Os SHEDs foram caracterizados com ensaios de imunofluorescência padrão mostrando a expressão de vimentina (vermelho, filamentos intermediários tipo III), filamentos de actina (Alexa fluor 488 Phalloidin Probes) e núcleos corados com DAPI (Figura 1A). Para estimar suas capacidades proliferativas e formadoras de colônias, ensaios padrão de crescimento celular de curta duração foram realizados. Um aumento de 14,3 vezes na taxa de proliferação do dia 2 para o dia 8 foi mostrado na Figura 1B. As propriedades clonogênicas dos SHEDs foram determinadas a partir dos ensaios de UFC-F mostrados na Figura 1C-E. De acordo com os critérios da ISCT, as CTMs multipotentes foram capazes de se diferenciar nas três linhagens derivadas de mesoderme.
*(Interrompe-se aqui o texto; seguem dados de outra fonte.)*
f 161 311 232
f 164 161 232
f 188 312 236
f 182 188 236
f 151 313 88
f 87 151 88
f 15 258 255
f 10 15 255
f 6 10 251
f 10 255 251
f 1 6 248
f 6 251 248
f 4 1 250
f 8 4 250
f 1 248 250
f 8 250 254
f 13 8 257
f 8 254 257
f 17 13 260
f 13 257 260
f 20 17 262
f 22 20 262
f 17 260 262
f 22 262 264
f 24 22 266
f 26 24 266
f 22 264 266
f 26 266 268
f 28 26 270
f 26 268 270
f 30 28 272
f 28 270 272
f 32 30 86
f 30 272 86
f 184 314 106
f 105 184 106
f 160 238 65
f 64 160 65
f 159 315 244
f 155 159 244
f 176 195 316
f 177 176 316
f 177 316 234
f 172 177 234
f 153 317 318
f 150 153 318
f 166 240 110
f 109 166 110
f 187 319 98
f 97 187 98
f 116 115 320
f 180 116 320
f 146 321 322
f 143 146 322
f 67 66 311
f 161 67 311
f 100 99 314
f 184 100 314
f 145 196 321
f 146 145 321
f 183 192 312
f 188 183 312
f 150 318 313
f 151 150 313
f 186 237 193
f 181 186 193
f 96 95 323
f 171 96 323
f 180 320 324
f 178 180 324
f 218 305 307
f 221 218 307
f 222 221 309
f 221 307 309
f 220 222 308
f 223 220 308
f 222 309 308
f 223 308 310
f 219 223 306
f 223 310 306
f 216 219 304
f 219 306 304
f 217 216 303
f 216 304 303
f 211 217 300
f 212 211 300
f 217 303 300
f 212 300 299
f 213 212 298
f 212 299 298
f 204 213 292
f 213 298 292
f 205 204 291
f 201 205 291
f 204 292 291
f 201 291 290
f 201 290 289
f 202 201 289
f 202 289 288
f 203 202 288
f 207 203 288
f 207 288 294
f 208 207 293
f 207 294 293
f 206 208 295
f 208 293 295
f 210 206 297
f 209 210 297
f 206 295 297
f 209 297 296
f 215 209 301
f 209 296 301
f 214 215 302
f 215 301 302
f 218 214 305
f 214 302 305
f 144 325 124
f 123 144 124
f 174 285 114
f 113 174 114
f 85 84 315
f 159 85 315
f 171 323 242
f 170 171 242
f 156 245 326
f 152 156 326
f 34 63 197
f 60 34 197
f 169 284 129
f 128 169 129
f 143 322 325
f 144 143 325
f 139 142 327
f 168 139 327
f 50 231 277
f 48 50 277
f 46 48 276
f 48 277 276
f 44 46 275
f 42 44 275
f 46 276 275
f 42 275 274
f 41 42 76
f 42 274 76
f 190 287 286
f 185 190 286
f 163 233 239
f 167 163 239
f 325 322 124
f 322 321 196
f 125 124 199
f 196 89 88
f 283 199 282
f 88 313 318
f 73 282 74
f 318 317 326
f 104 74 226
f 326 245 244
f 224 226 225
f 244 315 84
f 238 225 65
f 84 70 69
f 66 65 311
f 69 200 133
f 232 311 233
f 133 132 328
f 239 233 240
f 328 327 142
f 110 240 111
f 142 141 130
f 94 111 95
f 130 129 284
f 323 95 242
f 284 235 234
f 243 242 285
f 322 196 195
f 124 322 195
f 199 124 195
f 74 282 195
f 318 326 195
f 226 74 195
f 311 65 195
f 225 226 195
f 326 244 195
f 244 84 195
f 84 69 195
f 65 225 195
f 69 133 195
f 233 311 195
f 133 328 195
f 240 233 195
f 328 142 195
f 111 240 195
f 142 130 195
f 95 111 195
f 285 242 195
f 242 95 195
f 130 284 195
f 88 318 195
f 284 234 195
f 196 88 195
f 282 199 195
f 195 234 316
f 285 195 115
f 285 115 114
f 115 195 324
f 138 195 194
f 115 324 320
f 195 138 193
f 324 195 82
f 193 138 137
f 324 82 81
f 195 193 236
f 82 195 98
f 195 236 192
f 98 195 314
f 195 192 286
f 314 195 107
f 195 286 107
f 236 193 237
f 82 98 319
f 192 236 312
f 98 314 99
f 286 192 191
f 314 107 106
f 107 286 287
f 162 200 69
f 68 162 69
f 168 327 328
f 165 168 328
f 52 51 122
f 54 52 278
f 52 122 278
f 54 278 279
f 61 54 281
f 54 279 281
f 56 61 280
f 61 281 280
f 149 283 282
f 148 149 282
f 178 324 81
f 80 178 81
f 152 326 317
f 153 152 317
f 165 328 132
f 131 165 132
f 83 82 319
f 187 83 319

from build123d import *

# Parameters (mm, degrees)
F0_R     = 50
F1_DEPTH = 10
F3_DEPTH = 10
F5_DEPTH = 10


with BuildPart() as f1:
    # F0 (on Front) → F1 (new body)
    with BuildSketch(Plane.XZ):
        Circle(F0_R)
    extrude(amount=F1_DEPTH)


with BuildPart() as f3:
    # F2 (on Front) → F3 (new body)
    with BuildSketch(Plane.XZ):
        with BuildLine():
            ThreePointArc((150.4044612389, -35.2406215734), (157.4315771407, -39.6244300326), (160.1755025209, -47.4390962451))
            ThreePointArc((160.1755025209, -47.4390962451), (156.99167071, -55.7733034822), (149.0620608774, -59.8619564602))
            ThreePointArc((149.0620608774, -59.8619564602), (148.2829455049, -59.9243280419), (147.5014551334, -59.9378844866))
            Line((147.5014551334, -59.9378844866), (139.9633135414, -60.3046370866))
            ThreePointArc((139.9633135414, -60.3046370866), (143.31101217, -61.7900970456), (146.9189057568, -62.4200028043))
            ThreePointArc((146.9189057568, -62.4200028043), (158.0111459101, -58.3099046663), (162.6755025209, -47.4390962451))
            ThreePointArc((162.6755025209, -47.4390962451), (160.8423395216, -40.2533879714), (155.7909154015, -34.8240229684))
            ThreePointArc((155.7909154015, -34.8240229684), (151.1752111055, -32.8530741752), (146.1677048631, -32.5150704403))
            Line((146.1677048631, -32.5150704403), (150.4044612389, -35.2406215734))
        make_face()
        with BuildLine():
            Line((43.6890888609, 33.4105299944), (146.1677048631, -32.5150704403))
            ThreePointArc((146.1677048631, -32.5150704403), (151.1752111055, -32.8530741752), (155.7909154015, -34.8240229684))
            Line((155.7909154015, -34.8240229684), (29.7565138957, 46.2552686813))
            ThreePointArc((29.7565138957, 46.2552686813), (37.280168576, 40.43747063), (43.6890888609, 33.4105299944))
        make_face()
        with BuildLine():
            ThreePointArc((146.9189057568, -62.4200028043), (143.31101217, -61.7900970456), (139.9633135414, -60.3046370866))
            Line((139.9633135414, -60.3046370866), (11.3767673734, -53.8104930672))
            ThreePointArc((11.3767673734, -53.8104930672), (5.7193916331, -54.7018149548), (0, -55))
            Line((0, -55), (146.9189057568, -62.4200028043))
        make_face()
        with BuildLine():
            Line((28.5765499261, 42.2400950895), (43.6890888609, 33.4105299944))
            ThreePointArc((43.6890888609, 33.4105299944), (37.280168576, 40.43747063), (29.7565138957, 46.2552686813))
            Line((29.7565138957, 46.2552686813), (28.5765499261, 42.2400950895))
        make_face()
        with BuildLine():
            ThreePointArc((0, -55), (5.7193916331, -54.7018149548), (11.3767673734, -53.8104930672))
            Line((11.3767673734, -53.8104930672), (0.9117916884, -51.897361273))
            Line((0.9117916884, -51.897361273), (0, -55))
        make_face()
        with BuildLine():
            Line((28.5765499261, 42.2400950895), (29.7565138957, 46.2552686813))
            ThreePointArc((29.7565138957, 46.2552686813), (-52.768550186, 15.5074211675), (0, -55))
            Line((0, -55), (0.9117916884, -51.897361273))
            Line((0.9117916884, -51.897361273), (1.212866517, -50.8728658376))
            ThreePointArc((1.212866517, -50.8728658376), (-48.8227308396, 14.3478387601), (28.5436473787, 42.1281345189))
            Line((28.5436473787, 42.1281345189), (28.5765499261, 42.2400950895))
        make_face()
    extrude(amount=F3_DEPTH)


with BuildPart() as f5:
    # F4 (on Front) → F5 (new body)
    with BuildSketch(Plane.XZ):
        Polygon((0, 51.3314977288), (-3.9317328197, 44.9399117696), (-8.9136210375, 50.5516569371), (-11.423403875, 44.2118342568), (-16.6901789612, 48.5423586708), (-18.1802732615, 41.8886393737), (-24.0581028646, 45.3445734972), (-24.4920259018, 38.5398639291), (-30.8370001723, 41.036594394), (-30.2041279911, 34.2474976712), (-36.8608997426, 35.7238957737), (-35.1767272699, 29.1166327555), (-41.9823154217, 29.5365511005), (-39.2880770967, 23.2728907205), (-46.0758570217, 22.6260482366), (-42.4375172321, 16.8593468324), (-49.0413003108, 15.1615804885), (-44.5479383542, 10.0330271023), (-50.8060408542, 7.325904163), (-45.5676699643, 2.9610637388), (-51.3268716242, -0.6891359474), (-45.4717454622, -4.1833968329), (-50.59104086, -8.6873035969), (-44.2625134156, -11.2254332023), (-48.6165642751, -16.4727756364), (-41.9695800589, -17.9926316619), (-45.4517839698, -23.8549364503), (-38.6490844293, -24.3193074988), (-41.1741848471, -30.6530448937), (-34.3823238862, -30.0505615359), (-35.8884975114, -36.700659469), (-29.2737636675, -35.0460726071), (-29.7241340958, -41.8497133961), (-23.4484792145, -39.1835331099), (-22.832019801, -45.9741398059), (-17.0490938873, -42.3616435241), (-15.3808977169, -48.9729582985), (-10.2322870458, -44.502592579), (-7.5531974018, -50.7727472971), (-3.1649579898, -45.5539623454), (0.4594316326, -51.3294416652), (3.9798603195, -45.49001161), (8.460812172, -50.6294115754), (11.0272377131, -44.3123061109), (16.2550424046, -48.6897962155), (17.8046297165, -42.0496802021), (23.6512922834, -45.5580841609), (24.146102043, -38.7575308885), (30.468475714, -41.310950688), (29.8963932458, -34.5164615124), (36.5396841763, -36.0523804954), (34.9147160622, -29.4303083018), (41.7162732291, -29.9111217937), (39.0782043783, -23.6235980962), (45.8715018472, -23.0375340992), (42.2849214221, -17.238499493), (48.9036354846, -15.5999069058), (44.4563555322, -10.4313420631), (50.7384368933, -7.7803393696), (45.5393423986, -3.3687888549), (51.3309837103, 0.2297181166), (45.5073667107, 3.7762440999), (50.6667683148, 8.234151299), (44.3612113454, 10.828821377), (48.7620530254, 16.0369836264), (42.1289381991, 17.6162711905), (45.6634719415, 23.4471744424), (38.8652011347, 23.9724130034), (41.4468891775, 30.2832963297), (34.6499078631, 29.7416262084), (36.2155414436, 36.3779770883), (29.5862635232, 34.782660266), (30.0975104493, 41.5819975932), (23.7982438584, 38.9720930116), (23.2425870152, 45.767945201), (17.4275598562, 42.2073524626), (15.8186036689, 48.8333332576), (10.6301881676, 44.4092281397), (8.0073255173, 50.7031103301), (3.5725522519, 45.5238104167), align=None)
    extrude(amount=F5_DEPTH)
A coloração citoquímica com Oil Red O foi utilizada para detectar as gotículas de óleo nos adipócitos diferenciados (Figura 1F); A coloração de von Kossa foi utilizada para corar os depósitos de cálcio encontrados na matriz dos osteoblastos diferenciados (Figura 1G); e os agrecanos na cultura 3D foram corados para Alcian Blue nos condroblastos diferenciados (Figura 1H).

Para caracterizar o imunofenótipo dos SHEDs, foram realizados ensaios multiparamétricos de citometria de fluxo. Os experimentos foram realizados juntamente com a utilização de quatro tipos de controles experimentais: controles de compensação (Tabela 4), controles de FMO e isotipos (Tabela 5) e controles não corados. Os isotipos de todos os anticorpos MSC e HSC utilizados foram adicionados juntamente com os tubos FMO para discriminar sinais positivos versus negativos e expressão antigênica alta versus fraca. A Figura 2A mostra a distribuição dos controles FMO e isotípico utilizados por experimento. Os gráficos de densidade representativos não mostraram expressão do isotipo FITC de anticorpos CD90 FITC. Da mesma forma, as sobreposições de histograma (Figura 2B) compararam os níveis de expressão das amostras coradas juntamente com seus controles nos respectivos canais de FITC, PerCP Cy5.5 e PE. A expressão positiva dos marcadores CD90 e CD73 (histogramas vermelhos) e a expressão negativa de CD45 são comparáveis às de seus controles não corados e FMO (histogramas azul e preto, respectivamente).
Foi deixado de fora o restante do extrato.